# WARNING!!! For Distance Education students aspiring for UGC-NET / Academics



## zatang (Mar 12, 2010)

I am doing lateral entry MBA from Punjab Technical University. I already did my PGDM through an AICTE approved institute but later came to know that you can’t get into academics without a MBA degree (PGDM is Diploma, Period!!!) 

  Hence I enrolled in lateral entry MBA through PTU in Sep 2009 (with a fees of Rs.20,000). Two weeks before, a colleague of mine in a casual discussion poured doubt over the eligibility of lateral entry program for consideration in UGC-NET. He asked me to file a RTI and I curiously filed it on 4th March 2010. Today I received the response to my letter and I am totally flabbergasted after reading it. 

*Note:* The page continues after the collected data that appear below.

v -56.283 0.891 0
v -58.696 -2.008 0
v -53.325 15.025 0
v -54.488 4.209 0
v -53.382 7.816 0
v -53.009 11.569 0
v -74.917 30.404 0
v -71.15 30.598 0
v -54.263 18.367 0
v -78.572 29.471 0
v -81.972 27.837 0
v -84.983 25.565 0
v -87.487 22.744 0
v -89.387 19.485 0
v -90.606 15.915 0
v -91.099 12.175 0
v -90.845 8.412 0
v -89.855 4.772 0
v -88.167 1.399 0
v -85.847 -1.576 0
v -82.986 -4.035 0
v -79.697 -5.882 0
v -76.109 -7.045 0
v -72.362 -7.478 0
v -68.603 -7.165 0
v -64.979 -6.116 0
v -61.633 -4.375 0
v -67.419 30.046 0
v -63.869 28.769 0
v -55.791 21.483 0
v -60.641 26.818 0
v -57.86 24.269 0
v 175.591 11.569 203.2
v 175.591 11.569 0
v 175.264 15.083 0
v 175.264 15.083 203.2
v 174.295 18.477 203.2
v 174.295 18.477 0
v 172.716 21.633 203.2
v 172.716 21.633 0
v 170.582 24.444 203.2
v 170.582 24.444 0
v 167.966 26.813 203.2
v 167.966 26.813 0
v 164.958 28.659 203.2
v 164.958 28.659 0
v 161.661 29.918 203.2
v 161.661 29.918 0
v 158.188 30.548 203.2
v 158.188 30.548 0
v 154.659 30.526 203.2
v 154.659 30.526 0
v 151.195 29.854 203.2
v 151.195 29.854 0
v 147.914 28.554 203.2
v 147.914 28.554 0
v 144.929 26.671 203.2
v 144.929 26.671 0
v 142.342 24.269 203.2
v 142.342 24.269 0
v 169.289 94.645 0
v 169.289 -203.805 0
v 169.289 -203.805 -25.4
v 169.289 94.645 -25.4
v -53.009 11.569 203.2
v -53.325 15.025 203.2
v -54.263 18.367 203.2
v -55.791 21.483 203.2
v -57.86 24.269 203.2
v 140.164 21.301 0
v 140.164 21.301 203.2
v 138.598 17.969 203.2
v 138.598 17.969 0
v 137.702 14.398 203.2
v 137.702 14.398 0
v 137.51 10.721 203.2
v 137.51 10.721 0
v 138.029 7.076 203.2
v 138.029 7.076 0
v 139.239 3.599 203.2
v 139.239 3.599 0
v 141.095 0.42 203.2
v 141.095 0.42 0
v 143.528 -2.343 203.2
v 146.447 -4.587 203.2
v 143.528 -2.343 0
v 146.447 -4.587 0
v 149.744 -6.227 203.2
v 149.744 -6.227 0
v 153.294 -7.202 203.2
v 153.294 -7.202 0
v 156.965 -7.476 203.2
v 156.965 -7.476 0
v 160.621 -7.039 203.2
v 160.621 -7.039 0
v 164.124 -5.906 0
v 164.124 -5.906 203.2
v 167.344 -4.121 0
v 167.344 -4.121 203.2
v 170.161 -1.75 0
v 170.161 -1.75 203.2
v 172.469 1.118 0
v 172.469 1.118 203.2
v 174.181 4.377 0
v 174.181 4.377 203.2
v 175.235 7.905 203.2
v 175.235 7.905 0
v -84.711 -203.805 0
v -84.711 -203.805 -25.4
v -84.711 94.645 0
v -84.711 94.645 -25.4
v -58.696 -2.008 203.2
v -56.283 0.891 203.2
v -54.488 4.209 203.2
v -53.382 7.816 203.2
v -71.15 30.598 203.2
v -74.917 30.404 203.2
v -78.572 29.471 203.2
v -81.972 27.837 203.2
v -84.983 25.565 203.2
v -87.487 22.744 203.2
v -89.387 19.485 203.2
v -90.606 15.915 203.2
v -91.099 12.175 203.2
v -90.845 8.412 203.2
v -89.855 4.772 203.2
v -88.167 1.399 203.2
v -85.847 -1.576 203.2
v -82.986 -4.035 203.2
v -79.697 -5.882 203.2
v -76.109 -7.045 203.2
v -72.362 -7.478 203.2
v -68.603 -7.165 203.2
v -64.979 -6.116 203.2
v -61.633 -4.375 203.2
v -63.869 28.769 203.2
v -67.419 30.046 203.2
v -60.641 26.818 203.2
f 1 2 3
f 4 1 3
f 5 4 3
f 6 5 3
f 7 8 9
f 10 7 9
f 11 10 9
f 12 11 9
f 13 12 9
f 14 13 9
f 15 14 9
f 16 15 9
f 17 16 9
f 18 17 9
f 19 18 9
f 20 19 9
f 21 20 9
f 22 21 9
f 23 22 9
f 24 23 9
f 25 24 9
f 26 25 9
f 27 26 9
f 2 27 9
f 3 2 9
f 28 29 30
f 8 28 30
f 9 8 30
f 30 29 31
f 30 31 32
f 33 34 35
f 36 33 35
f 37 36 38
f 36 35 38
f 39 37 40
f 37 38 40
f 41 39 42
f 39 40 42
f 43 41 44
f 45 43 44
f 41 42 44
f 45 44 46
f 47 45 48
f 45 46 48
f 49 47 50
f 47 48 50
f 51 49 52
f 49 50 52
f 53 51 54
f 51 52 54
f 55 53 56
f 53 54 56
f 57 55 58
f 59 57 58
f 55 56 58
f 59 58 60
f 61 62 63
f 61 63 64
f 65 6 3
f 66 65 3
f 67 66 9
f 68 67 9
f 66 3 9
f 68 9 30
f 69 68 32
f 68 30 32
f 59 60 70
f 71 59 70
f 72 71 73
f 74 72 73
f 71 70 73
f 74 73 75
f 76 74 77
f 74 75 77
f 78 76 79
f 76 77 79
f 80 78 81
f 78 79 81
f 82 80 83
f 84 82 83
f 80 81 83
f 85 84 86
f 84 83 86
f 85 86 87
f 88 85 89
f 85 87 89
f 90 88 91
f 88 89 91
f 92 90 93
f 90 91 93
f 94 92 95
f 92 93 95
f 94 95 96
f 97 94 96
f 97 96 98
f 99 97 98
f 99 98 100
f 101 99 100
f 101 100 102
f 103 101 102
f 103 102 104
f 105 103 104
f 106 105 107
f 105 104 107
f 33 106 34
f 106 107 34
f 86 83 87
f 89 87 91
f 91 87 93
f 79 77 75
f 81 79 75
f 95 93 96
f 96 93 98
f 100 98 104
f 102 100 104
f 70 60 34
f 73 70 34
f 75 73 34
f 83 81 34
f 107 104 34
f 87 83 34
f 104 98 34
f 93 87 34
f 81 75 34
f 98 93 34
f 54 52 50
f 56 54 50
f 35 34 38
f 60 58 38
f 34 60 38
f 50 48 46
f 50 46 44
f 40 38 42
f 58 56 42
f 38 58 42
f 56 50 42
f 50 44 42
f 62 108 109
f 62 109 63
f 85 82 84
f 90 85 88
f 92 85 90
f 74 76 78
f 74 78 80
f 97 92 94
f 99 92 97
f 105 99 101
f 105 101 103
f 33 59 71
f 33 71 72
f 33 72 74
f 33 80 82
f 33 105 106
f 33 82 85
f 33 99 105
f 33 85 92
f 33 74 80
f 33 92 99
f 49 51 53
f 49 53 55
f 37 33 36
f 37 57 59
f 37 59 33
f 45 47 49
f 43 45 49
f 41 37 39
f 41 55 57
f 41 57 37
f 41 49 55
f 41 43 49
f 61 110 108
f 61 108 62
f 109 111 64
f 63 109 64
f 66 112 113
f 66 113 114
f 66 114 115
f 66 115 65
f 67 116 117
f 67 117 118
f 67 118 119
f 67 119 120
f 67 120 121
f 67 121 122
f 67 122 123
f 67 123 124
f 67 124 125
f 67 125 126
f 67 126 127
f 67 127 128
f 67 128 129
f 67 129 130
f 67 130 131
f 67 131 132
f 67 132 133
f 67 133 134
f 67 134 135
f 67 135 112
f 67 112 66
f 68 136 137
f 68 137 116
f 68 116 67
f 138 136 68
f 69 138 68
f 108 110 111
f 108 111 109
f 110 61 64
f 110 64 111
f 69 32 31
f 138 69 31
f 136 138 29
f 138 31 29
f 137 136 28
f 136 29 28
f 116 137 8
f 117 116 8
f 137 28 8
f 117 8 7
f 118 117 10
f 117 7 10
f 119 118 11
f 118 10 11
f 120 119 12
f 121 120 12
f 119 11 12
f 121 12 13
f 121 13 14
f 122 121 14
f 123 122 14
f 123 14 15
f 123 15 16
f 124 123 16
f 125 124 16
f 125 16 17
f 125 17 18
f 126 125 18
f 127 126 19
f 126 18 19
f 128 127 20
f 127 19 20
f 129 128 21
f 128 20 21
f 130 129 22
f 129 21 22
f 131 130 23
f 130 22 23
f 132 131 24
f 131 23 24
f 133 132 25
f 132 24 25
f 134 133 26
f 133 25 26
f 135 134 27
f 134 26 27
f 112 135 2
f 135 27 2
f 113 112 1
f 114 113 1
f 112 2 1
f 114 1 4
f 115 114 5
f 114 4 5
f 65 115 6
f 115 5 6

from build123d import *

# Parameters (mm, degrees)
F1_DEPTH = 203.2
F2_R     = 3.9466394405
F3_DEPTH = 25.4


# Not quite as in the source:
# - the program builds the solid bodies; features that only make, move or delete a surface that nothing else refers to are left out


with BuildPart() as f1:
    # F0 (on Top) → F1 (new body)
    with BuildSketch(Plane.XY):
        with BuildLine():
            ThreePointArc((175.5912042022, 11.5693333262), (163.3386650124, 29.3653167645), (142.3421725451, 24.2693333262))
            ThreePointArc((142.3421725451, 24.2693333262), (149.743743392, -6.226650112), (175.5912042022, 11.5693333262))
        make_face()
    extrude(amount=F1_DEPTH)


with BuildPart() as f1b:
    # F0 (on Top) → F1, piece 2 (new body)
    with BuildSketch(Plane.XY):
        with BuildLine():
            ThreePointArc((-53.0087957978, 11.5693333262), (-54.2628123596, 18.3667941364), (-57.8597641407, 24.2693333262))
            ThreePointArc((-57.8597641407, 24.2693333262), (-89.8547792361, 4.771872516), (-53.0087957978, 11.5693333262))
        make_face()
    extrude(amount=F1_DEPTH)


with BuildPart() as f3:
    # F2 (on Top) → F3 (new body)
    with BuildSketch(Plane.XY):
        Polygon((169.2891323054, -203.8045942991), (169.2891323054, 18.4454057009), (169.2891323054, 94.6454057009), (37.2091323054, 94.6454057009), (-84.7108676946, 94.6454057009), (-84.7108676946, 18.4454057009), (-84.7108676946, -203.8045942991), align=None)
        with Locations((42.2891323054, 0)):
            Circle(F2_R, mode=Mode.SUBTRACT)
        with Locations((42.2891323054, 0)):
            Circle(F2_R)
    extrude(amount=-F3_DEPTH)


solid = Compound([f1.part, f1b.part, f3.part])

  Here’s the reply in two parts

  *www.freeimagehosting.net/uploads/02b363eaaa.gif
  *www.freeimagehosting.net/uploads/e0533cc77a.gif 

  To conclude, you can’t get a UGC-NET certificate and can’t go into academics with a distance education degree NOT recognized by ‘*Joint Committee*’. As per the DEC website, only these universities are recognized by ‘*Joint Committee*’. 

  *www.dec.ac.in/131009/Recognition by Joint Committee.doc

  If you are enrolled (in a distance education program) from any of these universities, then you should start worrying about the recognition of your degree. 

  *www.ugc.ac.in/inside/pub_notice_satatadd.pdf

  And 

  *www.ugc.ac.in/inside/privateuniversity.html 

  I feel duped and cheated but I know I won’t get any respite from anywhere. Pass it on all people concerned.


----------